Fixpoint play (target : nat) (s : strategy) : bool :=
  match s with
  | Guess floor =>
    beq_nat floor target
  | Drop floor broken intact =>
    play target (if leb target floor then broken
                 else intact)

We can also find how many eggs a strategy needs and how many drops are performed in the worst case. drops just computes the strategy tree height, whereas eggs computes a "skewed" height, where right branches do not add to the final value.

Fixpoint eggs (s : strategy) : nat :=
  match s with
  | Guess _ => 0
  | Drop _ broken intact => max (S (eggs broken)) (eggs intact)

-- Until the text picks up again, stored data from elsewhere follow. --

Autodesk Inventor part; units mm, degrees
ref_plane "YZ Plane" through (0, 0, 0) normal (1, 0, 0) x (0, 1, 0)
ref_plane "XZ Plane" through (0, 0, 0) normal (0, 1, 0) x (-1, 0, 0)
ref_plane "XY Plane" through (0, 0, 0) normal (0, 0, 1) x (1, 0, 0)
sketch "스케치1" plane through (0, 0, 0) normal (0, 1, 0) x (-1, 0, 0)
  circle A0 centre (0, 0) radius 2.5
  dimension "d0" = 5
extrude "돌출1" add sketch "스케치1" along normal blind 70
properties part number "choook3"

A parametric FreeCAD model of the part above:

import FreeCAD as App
import Part
import Sketcher

V = App.Vector
Q = App.Units.Quantity

doc = App.newDocument("Part")
body = doc.addObject("PartDesign::Body", "Body")

sketch1 = doc.addObject("Sketcher::SketchObject", "Sketch")
body.addObject(sketch1)
sketch1.AttachmentSupport = (doc.XZ_Plane, [""])
sketch1.MapMode = "FlatFace"
sketch1.addGeometry(Part.Circle(V(0, 0, 0), V(0, 0, 1), 2.5), False)
sketch1.addConstraint(Sketcher.Constraint("Coincident", 0, 3, -1, 1))
sketch1.addConstraint(Sketcher.Constraint("Diameter", 0, Q("5 mm")))
pad1 = doc.addObject("PartDesign::Pad", "Pad")
body.addObject(pad1)
pad1.Profile = sketch1
pad1.Length = 70
pad1.Reversed = True

doc.recompute()
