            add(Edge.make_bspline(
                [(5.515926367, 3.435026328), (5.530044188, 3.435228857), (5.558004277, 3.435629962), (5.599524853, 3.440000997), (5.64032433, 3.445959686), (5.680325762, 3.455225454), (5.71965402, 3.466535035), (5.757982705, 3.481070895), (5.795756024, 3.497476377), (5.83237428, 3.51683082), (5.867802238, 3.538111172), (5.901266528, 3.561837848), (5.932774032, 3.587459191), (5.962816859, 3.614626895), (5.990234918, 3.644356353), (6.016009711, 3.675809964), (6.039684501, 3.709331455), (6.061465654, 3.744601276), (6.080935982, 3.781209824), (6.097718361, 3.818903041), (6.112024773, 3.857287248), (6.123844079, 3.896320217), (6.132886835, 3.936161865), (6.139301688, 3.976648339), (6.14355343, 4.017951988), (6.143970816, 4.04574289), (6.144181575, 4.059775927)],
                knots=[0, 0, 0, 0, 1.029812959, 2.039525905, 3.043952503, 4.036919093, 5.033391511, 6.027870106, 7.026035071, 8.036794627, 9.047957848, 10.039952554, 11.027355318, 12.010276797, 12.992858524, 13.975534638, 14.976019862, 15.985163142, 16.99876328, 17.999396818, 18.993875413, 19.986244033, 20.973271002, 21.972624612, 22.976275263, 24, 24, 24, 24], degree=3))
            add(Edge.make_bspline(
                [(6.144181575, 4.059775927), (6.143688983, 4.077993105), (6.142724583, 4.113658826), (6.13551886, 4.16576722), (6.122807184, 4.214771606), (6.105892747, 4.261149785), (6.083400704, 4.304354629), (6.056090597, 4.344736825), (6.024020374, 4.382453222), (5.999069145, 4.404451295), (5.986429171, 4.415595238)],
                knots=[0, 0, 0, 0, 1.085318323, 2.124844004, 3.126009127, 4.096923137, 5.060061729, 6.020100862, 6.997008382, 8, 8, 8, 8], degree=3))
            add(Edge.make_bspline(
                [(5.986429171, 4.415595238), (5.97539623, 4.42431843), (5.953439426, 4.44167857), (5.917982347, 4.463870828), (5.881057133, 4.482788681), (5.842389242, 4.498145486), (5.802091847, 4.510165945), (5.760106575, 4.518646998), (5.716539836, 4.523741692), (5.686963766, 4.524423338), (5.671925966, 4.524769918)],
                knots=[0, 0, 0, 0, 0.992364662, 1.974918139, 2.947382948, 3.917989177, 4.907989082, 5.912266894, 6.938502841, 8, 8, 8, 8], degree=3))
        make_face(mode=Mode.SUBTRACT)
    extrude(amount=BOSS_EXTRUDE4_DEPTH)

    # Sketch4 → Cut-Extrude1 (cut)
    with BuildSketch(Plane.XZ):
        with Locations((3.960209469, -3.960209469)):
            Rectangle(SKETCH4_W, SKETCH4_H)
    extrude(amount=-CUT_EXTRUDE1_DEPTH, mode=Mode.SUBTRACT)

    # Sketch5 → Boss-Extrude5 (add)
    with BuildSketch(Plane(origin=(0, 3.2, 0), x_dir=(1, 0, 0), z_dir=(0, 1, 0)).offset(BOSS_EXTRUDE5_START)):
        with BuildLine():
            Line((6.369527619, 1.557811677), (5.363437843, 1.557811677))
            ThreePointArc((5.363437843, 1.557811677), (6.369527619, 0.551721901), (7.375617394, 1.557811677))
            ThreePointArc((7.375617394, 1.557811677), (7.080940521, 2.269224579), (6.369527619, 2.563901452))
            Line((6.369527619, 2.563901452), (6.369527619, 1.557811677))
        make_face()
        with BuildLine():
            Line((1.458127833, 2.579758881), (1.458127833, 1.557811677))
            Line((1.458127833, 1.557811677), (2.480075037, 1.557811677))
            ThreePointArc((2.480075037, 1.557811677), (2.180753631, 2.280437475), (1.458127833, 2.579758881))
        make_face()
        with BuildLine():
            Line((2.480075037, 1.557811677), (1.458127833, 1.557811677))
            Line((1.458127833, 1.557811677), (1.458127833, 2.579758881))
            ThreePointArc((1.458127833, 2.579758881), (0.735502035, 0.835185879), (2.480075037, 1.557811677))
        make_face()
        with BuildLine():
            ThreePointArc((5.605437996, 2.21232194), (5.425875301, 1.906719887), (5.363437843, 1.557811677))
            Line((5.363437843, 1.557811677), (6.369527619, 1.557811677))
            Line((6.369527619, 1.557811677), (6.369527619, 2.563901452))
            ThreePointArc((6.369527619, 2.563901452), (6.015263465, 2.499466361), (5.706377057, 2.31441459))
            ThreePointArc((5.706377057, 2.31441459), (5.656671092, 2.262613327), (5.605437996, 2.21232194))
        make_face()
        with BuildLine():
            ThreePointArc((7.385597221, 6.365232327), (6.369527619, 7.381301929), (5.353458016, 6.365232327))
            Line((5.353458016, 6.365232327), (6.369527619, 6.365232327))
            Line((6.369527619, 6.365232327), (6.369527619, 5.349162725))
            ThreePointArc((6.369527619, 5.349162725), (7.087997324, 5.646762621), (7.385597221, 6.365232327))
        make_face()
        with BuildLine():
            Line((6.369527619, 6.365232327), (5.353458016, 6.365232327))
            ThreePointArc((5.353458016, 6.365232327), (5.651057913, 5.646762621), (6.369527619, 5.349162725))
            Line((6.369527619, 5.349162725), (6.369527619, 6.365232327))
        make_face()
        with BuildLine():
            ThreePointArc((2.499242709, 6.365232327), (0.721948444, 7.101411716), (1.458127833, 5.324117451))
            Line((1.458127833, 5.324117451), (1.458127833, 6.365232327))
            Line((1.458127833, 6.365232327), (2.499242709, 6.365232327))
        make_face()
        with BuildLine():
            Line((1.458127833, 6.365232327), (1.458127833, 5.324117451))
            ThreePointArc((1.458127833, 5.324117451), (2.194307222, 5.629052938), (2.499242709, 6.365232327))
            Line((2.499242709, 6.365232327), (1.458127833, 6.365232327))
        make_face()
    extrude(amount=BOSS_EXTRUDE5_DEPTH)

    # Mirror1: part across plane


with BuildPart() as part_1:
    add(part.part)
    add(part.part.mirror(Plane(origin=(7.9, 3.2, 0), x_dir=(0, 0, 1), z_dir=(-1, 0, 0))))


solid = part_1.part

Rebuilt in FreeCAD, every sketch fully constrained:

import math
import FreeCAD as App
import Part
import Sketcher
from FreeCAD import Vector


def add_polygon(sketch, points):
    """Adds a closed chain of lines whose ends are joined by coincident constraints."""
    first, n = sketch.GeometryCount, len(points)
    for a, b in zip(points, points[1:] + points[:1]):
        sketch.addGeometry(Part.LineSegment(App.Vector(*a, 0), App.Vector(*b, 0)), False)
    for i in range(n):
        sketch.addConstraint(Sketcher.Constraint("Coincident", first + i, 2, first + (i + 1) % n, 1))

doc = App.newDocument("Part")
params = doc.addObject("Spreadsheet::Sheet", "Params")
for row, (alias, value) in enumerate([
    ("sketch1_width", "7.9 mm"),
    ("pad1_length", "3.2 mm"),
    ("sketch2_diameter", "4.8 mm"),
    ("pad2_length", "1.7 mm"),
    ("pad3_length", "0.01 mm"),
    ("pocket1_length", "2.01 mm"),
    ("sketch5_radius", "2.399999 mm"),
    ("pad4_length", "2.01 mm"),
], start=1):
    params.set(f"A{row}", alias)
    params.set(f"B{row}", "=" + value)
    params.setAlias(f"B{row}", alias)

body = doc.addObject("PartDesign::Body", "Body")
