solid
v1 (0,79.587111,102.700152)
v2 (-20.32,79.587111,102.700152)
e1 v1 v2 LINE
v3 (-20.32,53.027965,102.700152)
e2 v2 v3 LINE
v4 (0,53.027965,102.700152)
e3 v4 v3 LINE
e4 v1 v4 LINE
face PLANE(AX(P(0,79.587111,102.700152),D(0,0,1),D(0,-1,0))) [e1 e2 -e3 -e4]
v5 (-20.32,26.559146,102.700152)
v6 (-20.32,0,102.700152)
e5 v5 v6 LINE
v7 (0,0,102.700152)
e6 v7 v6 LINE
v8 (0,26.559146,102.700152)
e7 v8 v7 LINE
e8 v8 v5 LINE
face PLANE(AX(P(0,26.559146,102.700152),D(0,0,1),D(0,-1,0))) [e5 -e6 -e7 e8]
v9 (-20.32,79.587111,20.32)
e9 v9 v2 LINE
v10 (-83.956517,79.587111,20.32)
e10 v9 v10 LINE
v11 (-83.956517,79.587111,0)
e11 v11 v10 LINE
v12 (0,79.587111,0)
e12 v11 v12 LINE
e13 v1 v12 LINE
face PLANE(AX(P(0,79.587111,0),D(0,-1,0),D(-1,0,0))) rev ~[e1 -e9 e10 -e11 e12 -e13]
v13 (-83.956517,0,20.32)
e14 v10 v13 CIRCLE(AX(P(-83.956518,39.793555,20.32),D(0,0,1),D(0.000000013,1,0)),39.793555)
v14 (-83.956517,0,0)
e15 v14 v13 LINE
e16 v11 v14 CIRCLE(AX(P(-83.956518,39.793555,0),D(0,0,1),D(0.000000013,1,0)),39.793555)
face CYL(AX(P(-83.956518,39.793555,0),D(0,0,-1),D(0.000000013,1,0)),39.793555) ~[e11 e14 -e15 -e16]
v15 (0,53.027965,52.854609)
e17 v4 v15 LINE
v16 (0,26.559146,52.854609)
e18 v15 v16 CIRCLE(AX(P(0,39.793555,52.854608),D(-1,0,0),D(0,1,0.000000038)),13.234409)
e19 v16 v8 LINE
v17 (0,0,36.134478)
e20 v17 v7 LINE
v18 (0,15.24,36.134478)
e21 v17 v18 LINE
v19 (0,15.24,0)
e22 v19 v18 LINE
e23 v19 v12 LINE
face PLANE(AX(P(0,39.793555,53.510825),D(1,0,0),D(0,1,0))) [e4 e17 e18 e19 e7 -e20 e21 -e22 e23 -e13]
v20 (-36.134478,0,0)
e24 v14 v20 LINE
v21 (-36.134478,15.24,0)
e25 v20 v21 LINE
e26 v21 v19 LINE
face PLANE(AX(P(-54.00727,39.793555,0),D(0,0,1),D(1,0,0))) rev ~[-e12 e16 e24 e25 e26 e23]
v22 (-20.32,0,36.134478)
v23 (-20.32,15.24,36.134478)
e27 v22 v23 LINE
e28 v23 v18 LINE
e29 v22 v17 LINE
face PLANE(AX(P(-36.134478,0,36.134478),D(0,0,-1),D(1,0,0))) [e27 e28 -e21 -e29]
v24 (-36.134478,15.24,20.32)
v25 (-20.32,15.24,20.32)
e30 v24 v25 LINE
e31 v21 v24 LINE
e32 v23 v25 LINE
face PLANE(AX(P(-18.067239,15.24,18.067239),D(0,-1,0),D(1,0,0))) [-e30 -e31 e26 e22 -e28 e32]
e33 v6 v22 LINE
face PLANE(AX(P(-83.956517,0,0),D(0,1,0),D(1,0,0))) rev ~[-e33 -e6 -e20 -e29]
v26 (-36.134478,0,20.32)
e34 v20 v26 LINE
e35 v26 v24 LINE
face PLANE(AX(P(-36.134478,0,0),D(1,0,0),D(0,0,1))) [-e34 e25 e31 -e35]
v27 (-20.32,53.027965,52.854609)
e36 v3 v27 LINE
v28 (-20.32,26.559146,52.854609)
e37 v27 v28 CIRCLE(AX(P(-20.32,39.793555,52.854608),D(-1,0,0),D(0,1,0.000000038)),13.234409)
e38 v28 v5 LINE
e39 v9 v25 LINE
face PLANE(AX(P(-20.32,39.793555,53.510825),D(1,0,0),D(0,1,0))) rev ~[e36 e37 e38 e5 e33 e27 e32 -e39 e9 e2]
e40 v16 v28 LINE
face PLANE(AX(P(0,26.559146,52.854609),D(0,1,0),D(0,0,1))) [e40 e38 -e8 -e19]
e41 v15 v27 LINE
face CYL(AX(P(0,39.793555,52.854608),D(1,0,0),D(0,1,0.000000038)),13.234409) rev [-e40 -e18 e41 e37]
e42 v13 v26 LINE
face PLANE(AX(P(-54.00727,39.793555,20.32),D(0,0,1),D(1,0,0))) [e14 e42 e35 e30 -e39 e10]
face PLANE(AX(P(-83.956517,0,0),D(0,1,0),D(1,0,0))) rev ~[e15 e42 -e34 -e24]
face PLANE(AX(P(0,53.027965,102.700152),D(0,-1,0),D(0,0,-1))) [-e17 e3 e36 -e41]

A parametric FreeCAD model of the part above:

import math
import FreeCAD as App
import Part
import Sketcher

V = App.Vector
Q = App.Units.Quantity


def add_polygon(sketch, points):
    """Adds a closed chain of lines whose ends are joined by coincident constraints."""
    first, n = sketch.GeometryCount, len(points)
    for a, b in zip(points, points[1:] + points[:1]):
        sketch.addGeometry(Part.LineSegment(App.Vector(*a, 0), App.Vector(*b, 0)), False)
    for i in range(n):
        sketch.addConstraint(Sketcher.Constraint("Coincident", first + i, 2, first + (i + 1) % n, 1))

doc = App.newDocument("Part")
body = doc.addObject("PartDesign::Body", "Body")

# Sketch on YZ plane
sketch1 = body.newObject("Sketcher::SketchObject", "Sketch")
sketch1.AttachmentSupport = (doc.getObject("YZ_Plane"), [""])
sketch1.MapMode = "FlatFace"
sketch1.addGeometry(Part.LineSegment(V(0, 102.700152, 0), V(0, 0, 0)), False)
sketch1.addGeometry(Part.LineSegment(V(0, 0, 0), V(79.587111, 0, 0)), False)
sketch1.addGeometry(Part.LineSegment(V(79.587111, 0, 0), V(79.587111, 102.700152, 0)), False)
sketch1.addGeometry(Part.LineSegment(V(79.587111, 102.700152, 0), V(53.027965, 102.700152, 0)), False)
sketch1.addGeometry(Part.LineSegment(V(53.027965, 102.700152, 0), V(53.027965, 52.854609, 0)), False)
sketch1.addGeometry(Part.ArcOfCircle(Part.Circle(V(39.793555, 52.854608, 0), V(0, 0, 1), 13.234409), math.radians(179.999998), math.radians(360.000002)), False)
sketch1.addGeometry(Part.LineSegment(V(26.559146, 52.854609, 0), V(26.559146, 102.700152, 0)), False)
sketch1.addGeometry(Part.LineSegment(V(26.559146, 102.700152, 0), V(0, 102.700152, 0)), False)
sketch1.addConstraint(Sketcher.Constraint("Coincident", 0, 2, 1, 1))
sketch1.addConstraint(Sketcher.Constraint("Coincident", 1, 2, 2, 1))
sketch1.addConstraint(Sketcher.Constraint("Coincident", 2, 2, 3, 1))
sketch1.addConstraint(Sketcher.Constraint("Coincident", 3, 2, 4, 1))
sketch1.addConstraint(Sketcher.Constraint("Tangent", 4, 2, 5, 2))
sketch1.addConstraint(Sketcher.Constraint("Tangent", 5, 1, 6, 1))
sketch1.addConstraint(Sketcher.Constraint("Coincident", 6, 2, 7, 1))
sketch1.addConstraint(Sketcher.Constraint("Coincident", 7, 2, 0, 1))
sketch1.addConstraint(Sketcher.Constraint("Vertical", 0))
sketch1.addConstraint(Sketcher.Constraint("Horizontal", 1))
sketch1.addConstraint(Sketcher.Constraint("Vertical", 2))
sketch1.addConstraint(Sketcher.Constraint("Horizontal", 3))
sketch1.addConstraint(Sketcher.Constraint("Vertical", 4))
sketch1.addConstraint(Sketcher.Constraint("Vertical", 6))
sketch1.addConstraint(Sketcher.Constraint("Horizontal", 7))
sketch1.addConstraint(Sketcher.Constraint("Coincident", 0, 2, -1, 1))
sketch1.addConstraint(Sketcher.Constraint("Horizontal", 3, 2, 6, 2))
sketch1.addConstraint(Sketcher.Constraint("Equal", 3, 7))
sketch1.addConstraint(Sketcher.Constraint("Radius", 5, Q("13.234409 mm")))
sketch1.addConstraint(Sketcher.Constraint("DistanceX", 1, 1, 1, 2, Q("79.587111 mm")))
sketch1.addConstraint(Sketcher.Constraint("DistanceY", 0, 2, 0, 1, Q("102.700152 mm")))
sketch1.addConstraint(Sketcher.Constraint("DistanceY", 4, 2, 4, 1, Q("49.845543 mm")))
pad1 = body.newObject("PartDesign::Pad", "Pad")
pad1.Profile = sketch1
pad1.Length = Q("0.8 in")
pad1.Reversed = True

# Sketch on XY plane
sketch2 = body.newObject("Sketcher::SketchObject", "Sketch001")
sketch2.AttachmentSupport = (doc.getObject("XY_Plane"), [""])
sketch2.MapMode = "FlatFace"
sketch2.addGeometry(Part.LineSegment(V(-83.956517, 0, 0), V(0, 0, 0)), False)
sketch2.addGeometry(Part.LineSegment(V(0, 0, 0), V(0, 79.587111, 0)), False)
sketch2.addGeometry(Part.LineSegment(V(0, 79.587111, 0), V(-83.956517, 79.587111, 0)), False)
sketch2.addGeometry(Part.ArcOfCircle(Part.Circle(V(-83.956518, 39.793555, 0), V(0, 0, 1), 39.793555), math.radians(89.999999), math.radians(270.000001)), False)
sketch2.addConstraint(Sketcher.Constraint("Coincident", 0, 2, 1, 1))
sketch2.addConstraint(Sketcher.Constraint("Coincident", 1, 2, 2, 1))
sketch2.addConstraint(Sketcher.Constraint("Tangent", 2, 2, 3, 1))
sketch2.addConstraint(Sketcher.Constraint("Tangent", 3, 2, 0, 1))
sketch2.addConstraint(Sketcher.Constraint("Horizontal", 0))
sketch2.addConstraint(Sketcher.Constraint("Vertical", 1))
sketch2.addConstraint(Sketcher.Constraint("Horizontal", 2))
sketch2.addConstraint(Sketcher.Constraint("Coincident", 0, 2, -1, 1))
sketch2.addConstraint(Sketcher.Constraint("Radius", 3, Q("39.793555 mm")))
sketch2.addConstraint(Sketcher.Constraint("DistanceX", 0, 1, 0, 2, Q("83.956517 mm")))
pad2 = body.newObject("PartDesign::Pad", "Pad001")
pad2.Profile = sketch2
pad2.Length = Q("0.8 in")

# Sketch on XZ plane
sketch3 = body.newObject("Sketcher::SketchObject", "Sketch002")
sketch3.AttachmentSupport = (doc.getObject("XZ_Plane"), [""])
sketch3.MapMode = "FlatFace"
add_polygon(sketch3, [(-36.134478, 36.134478), (-36.134478, 0), (0, 0), (0, 36.134478)])  # lines 0-3
sketch3.addConstraint(Sketcher.Constraint("Vertical", 0))
sketch3.addConstraint(Sketcher.Constraint("Horizontal", 1))
sketch3.addConstraint(Sketcher.Constraint("Vertical", 2))
sketch3.addConstraint(Sketcher.Constraint("Horizontal", 3))
sketch3.addConstraint(Sketcher.Constraint("Coincident", 1, 2, -1, 1))
sketch3.addConstraint(Sketcher.Constraint("Equal", 3, 0))
sketch3.addConstraint(Sketcher.Constraint("DistanceX", 1, 1, 1, 2, Q("36.134478 mm")))
pocket1 = body.newObject("PartDesign::Pocket", "Pocket")
pocket1.Profile = sketch3
pocket1.Length = Q("0.6 in")

doc.recompute()
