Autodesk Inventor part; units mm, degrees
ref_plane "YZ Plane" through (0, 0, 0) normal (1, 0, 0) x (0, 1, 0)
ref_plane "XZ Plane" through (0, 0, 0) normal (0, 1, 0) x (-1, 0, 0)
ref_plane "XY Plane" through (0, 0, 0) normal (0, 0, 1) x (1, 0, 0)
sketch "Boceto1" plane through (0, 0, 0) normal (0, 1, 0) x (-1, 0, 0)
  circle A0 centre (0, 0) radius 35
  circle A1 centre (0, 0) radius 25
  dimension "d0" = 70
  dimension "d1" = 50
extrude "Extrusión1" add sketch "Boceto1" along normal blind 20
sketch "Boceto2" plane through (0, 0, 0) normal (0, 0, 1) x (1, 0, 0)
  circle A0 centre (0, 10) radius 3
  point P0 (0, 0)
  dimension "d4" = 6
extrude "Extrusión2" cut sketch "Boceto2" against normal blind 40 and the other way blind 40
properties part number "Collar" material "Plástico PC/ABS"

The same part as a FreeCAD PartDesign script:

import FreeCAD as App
import Part
import Sketcher

V = App.Vector

doc = App.newDocument("Part")
params = doc.addObject("Spreadsheet::Sheet", "Params")
for row, (alias, value) in enumerate([
    ("sketch1_diameter", "70 mm"),
    ("sketch1_diameter2", "50 mm"),
    ("pad1_length", "20 mm"),
    ("sketch2_diameter", "6 mm"),
], start=1):
    params.set(f"A{row}", alias)
    params.set(f"B{row}", "=" + value)
    params.setAlias(f"B{row}", alias)

body = doc.addObject("PartDesign::Body", "Body")

sketch1 = body.newObject("Sketcher::SketchObject", "Sketch")
sketch1.AttachmentSupport = (doc.getObject("XZ_Plane"), [""])
sketch1.MapMode = "FlatFace"
sketch1.addGeometry([
    Part.Circle(V(0, 0, 0), V(0, 0, 1), 35),
    Part.Circle(V(0, 0, 0), V(0, 0, 1), 25),
], False)
sketch1.addConstraint([
    Sketcher.Constraint("Coincident", 0, 3, -1, 1),
    Sketcher.Constraint("Coincident", 1, 3, -1, 1),
    Sketcher.Constraint("Diameter", 0, 70.0),
    Sketcher.Constraint("Diameter", 1, 50.0),
])
sketch1.setExpression("Constraints[2]", "Params.sketch1_diameter")
sketch1.setExpression("Constraints[3]", "Params.sketch1_diameter2")
pad1 = body.newObject("PartDesign::Pad", "Pad")
pad1.Profile = sketch1
pad1.setExpression("Length", "Params.pad1_length")
pad1.Reversed = True

sketch2 = body.newObject("Sketcher::SketchObject", "Sketch001")
sketch2.AttachmentSupport = (doc.getObject("XY_Plane"), [""])
sketch2.MapMode = "FlatFace"
sketch2.addGeometry(Part.Circle(V(0, 10, 0), V(0, 0, 1), 3), False)
sketch2.addConstraint([
    Sketcher.Constraint("PointOnObject", 0, 3, -2),
    Sketcher.Constraint("Diameter", 0, 6.0),
    Sketcher.Constraint("DistanceY", -1, 1, 0, 3, 10.0),
])
sketch2.setExpression("Constraints[1]", "Params.sketch2_diameter")
pocket1 = body.newObject("PartDesign::Pocket", "Pocket")
pocket1.Profile = sketch2
pocket1.Type = "ThroughAll"
pocket1.Midplane = True

doc.recompute()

Fixpoint drops (s : strategy) : nat :=
  match s with
  | Guess _ => 0
  | Drop _ broken intact => S (max (drops broken) (drops intact))

Finally, using these concepts, we can describe what the solution for our problem is. winning lower range s says that strategy s is able to find range target floors starting at lower, while is_optimal range e d states that there is a winning strategy for guessing range target floors, uses at most e eggs and performing at most d drops, such that d is the smallest possible.

Definition winning (lower range : nat) (s : strategy) : Prop :=
  forall target, lower <= target < lower + range ->
                 play target s = true.

Definition is_optimal (range e d : nat) : Prop :=
  exists s : strategy,
    eggs s <= e /\
    drops s = d /\
    winning 0 range s /\
    forall s', eggs s' <= e ->
               winning 0 range s' ->
               d <= drops s'.

A simple first strategy

Before trying to find an optimal solution, let us try to find one that works. A simple strategy is to perform linear search, starting at the bottom and going up one floor at a time. As soon as the egg breaks, we know that we have found our target.

Fixpoint linear (lower range : nat) : strategy :=
  match range with
  | 0 => Guess lower
  | S range' => Drop lower (Guess lower) (linear (S lower) range')

linear lower range works on a range of S range floors, using at most one egg. Because of this, it is not very efficient, performing n drops in the worst case.

Lemma linear_winning lower range :
  winning lower (S range) (linear lower range).

Lemma linear_eggs lower range :
  eggs (linear lower range) = min 1 range.

Lemma linear_drops lower range :
  drops (linear lower range) = range.

Improving our strategy

Now that we know a naive search strategy, we will try to find an optimal one. Intuitively, it seems that it should be possible to perform some form of binary search, starting at the middle of our floor range, and continuing recursively depending on the outcome of our drop.
Although much better than a pure linear strategy, this is still far from being optimal: if our egg doesn't break on our first drop, we will still be using at most only one egg on that upper range. If we allowed ourselves to break one of them, presumably, we would be able to solve the upper range in less than 50 drops, which would in turn allow us to perform our first drop at a lower floor, e.g.

Definition solution_take_2 : strategy :=
  Drop 33 (linear 0 33)
          (Drop 66 (linear 34 32) (linear 67 32)).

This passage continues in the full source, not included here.